## [Exercise goal]
Give back exactly the lines of the entries below from the line with "#27=DIRECTION('',(1.,0.,0.));" to the line with "#44=DIRECTION('',(-1.,0.,0.));", inclusive, and only those.

□ □ □ □

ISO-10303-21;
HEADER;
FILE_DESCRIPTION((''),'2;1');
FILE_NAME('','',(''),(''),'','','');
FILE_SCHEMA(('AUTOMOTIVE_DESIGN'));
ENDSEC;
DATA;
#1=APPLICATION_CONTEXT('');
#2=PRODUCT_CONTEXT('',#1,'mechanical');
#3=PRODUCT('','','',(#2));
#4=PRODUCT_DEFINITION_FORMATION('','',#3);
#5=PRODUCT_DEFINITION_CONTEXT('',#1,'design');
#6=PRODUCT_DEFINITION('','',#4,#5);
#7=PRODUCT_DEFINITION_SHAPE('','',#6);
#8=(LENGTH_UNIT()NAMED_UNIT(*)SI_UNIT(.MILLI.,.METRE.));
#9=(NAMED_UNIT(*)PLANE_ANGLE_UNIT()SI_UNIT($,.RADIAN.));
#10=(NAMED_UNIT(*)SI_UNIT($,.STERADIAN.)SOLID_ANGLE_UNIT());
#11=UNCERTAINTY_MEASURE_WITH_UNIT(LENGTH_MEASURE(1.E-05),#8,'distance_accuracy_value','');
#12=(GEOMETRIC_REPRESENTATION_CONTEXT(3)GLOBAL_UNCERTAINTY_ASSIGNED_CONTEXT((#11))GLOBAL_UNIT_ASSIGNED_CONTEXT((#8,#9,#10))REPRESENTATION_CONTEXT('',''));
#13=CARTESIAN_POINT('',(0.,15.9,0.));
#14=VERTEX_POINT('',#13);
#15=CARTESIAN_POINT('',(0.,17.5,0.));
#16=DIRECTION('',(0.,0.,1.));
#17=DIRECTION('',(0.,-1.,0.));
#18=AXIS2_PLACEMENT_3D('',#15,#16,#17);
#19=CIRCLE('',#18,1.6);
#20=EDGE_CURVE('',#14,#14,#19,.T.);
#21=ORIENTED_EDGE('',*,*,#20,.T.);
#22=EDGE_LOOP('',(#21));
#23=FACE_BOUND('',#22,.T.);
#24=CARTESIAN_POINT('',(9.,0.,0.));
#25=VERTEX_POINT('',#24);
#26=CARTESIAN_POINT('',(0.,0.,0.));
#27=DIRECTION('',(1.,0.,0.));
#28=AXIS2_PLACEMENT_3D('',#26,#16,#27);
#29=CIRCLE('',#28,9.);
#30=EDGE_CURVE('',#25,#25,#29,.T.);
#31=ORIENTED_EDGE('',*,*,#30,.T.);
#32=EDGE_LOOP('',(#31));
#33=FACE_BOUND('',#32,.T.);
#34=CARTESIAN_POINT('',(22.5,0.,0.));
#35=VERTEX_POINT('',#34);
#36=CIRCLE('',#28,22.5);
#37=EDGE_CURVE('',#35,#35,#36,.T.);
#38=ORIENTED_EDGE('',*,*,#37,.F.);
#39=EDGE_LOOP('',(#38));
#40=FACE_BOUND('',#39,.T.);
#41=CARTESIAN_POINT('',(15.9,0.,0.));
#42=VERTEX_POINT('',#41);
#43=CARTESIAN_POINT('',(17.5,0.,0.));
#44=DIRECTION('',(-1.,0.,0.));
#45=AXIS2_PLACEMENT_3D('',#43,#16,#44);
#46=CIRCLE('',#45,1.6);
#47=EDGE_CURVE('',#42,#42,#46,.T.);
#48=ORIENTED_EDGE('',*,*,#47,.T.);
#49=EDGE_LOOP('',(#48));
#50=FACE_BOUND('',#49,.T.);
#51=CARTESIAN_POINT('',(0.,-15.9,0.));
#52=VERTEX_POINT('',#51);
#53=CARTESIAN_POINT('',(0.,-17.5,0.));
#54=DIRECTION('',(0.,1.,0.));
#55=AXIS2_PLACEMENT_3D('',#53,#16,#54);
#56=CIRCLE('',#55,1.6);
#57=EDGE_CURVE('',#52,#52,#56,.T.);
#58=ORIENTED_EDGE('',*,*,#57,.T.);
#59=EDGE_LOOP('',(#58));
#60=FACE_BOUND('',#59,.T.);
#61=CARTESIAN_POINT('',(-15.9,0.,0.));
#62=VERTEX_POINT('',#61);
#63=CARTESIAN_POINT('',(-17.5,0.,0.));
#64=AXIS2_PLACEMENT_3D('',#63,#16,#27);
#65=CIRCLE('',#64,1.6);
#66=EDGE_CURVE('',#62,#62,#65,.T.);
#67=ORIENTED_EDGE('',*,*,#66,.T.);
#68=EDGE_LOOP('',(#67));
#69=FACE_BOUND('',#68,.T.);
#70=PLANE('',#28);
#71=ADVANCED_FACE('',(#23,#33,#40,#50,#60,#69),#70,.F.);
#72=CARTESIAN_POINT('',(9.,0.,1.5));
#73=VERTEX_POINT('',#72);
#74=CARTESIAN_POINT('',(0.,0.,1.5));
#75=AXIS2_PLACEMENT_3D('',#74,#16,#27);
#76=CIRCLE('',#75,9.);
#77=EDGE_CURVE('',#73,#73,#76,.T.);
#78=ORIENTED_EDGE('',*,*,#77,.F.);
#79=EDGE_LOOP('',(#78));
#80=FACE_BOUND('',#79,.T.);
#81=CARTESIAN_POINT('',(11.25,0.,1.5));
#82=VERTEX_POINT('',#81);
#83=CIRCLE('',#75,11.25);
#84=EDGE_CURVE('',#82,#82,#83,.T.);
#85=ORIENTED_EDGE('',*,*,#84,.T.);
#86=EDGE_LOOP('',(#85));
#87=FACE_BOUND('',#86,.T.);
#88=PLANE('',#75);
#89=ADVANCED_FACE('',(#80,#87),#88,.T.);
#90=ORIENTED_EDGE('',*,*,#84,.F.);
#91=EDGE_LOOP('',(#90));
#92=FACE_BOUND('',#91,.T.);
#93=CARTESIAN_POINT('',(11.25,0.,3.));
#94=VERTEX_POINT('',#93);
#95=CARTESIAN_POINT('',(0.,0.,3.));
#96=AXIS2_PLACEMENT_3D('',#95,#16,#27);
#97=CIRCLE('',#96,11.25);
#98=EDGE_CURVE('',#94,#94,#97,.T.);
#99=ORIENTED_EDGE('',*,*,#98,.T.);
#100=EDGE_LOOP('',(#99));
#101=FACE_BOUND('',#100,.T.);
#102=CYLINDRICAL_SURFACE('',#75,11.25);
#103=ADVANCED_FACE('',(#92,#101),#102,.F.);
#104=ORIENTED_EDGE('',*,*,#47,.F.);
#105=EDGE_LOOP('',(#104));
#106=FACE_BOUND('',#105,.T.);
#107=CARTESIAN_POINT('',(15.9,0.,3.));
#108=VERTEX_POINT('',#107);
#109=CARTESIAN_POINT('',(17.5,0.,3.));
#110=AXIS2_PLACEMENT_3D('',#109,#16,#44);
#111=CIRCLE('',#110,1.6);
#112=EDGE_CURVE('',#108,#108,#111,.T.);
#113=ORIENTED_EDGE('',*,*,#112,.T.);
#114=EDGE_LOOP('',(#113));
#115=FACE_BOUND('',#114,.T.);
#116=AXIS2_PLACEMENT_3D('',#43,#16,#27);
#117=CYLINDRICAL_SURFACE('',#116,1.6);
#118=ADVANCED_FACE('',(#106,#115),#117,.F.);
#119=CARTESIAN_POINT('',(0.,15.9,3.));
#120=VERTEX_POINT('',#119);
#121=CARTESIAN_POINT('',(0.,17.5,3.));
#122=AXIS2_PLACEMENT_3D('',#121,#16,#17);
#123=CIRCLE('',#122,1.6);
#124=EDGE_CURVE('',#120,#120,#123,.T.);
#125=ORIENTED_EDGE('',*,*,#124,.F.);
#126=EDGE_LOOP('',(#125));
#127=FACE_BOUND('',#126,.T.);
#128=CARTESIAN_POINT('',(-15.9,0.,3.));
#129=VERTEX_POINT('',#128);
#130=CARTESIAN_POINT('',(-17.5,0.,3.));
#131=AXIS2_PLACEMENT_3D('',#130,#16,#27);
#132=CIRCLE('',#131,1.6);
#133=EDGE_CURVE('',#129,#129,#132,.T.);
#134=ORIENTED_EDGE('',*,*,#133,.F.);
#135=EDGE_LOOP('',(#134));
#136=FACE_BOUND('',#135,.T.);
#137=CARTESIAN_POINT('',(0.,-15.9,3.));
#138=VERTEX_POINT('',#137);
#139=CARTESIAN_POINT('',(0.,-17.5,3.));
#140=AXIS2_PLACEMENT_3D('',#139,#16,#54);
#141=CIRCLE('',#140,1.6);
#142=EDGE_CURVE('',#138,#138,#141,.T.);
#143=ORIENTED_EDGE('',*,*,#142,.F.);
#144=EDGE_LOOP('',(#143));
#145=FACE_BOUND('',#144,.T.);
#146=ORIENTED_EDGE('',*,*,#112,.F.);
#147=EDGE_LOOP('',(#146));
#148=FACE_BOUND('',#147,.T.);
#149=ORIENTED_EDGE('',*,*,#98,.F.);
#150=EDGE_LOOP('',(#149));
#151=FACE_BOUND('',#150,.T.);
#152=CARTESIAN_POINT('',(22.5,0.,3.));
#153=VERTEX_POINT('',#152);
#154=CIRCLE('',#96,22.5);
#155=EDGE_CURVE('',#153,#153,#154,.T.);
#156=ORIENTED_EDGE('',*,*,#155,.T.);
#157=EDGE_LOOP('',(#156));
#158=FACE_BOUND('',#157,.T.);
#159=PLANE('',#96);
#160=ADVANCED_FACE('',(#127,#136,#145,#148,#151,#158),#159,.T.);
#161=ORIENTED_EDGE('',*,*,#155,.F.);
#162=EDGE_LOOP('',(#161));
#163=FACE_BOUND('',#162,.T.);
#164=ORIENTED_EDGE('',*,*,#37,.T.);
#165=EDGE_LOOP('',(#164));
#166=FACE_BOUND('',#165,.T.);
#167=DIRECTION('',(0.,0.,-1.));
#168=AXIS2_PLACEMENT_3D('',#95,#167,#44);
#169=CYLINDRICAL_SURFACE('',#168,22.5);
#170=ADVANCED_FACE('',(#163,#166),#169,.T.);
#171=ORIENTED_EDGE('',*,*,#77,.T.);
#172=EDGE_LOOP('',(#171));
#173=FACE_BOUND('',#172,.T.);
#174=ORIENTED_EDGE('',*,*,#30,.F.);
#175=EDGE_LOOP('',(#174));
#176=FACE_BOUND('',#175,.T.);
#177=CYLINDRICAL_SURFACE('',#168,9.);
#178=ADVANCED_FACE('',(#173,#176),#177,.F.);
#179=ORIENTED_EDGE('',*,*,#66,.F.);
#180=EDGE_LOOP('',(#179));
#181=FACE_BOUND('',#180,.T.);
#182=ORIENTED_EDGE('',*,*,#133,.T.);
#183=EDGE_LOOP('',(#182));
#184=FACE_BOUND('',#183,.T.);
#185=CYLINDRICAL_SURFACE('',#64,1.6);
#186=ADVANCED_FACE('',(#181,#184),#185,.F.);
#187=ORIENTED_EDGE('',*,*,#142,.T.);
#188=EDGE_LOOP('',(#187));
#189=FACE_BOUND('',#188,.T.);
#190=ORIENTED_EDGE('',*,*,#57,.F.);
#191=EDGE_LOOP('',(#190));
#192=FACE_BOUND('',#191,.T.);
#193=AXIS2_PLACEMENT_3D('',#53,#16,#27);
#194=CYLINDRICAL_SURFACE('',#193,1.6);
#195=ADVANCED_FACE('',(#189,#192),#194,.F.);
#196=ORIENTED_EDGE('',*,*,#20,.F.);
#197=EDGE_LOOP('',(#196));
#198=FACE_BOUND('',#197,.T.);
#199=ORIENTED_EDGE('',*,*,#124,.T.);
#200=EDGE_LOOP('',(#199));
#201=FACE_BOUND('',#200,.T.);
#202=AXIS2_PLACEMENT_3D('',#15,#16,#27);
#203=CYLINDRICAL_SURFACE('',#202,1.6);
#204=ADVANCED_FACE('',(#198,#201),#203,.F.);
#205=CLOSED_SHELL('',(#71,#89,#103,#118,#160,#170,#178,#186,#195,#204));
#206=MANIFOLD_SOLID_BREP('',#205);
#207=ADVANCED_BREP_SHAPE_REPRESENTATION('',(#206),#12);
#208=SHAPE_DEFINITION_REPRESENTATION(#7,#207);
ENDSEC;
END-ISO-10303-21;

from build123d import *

# Parameters (mm, degrees)
SKETCH_1_R               = 22.5
SKETCH_1_R_2             = 9
EXTRUDE_1_DEPTH          = 3
SKETCH_2_R               = 1.6
CUT_EXTRUDE_1_DEPTH      = 4
PATTERN_CIRCULAR_2_COUNT = 4
SKETCH_3_R               = 11.25
SKETCH_3_R_2             = 9
CUT_EXTRUDE_2_DEPTH      = 1.5


with BuildPart() as part:
    # ｽｹｯﾁ1 → ﾎﾞｽ - 押し出し1 (new body)
    with BuildSketch(Plane.XY):
        Circle(SKETCH_1_R)
        Circle(SKETCH_1_R_2, mode=Mode.SUBTRACT)
    extrude(amount=EXTRUDE_1_DEPTH)

    # ｽｹｯﾁ2 → ｶｯﾄ - 押し出し1 (cut, through all)
    with BuildSketch(Plane.XY.offset(3)):
        with Locations((-17.5, 0)):
            Circle(SKETCH_2_R)
    cut_extrude_1 = extrude(amount=-CUT_EXTRUDE_1_DEPTH, mode=Mode.SUBTRACT)

    # 円形ﾊﾟﾀｰﾝ2: ｶｯﾄ - 押し出し1 ×4 about axis
    pattern_circular_2_axis = Axis((0, 0, 0), (0, 0, 1))
    for i in range(1, PATTERN_CIRCULAR_2_COUNT):
        add(cut_extrude_1.rotate(pattern_circular_2_axis, i * 360 / PATTERN_CIRCULAR_2_COUNT), mode=Mode.SUBTRACT)

    # ｽｹｯﾁ3 → ｶｯﾄ - 押し出し2 (cut)
    with BuildSketch(Plane.XY.offset(3)):
        Circle(SKETCH_3_R)
        Circle(SKETCH_3_R_2, mode=Mode.SUBTRACT)
    extrude(amount=-CUT_EXTRUDE_2_DEPTH, mode=Mode.SUBTRACT)


solid = part.part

□ □ □ □

## [Solution for this problem]
#27=DIRECTION('',(1.,0.,0.));
#28=AXIS2_PLACEMENT_3D('',#26,#16,#27);
#29=CIRCLE('',#28,9.);
#30=EDGE_CURVE('',#25,#25,#29,.T.);
#31=ORIENTED_EDGE('',*,*,#30,.T.);
#32=EDGE_LOOP('',(#31));
#33=FACE_BOUND('',#32,.T.);
#34=CARTESIAN_POINT('',(22.5,0.,0.));
#35=VERTEX_POINT('',#34);
#36=CIRCLE('',#28,22.5);
#37=EDGE_CURVE('',#35,#35,#36,.T.);
#38=ORIENTED_EDGE('',*,*,#37,.F.);
#39=EDGE_LOOP('',(#38));
#40=FACE_BOUND('',#39,.T.);
#41=CARTESIAN_POINT('',(15.9,0.,0.));
#42=VERTEX_POINT('',#41);
#43=CARTESIAN_POINT('',(17.5,0.,0.));
#44=DIRECTION('',(-1.,0.,0.));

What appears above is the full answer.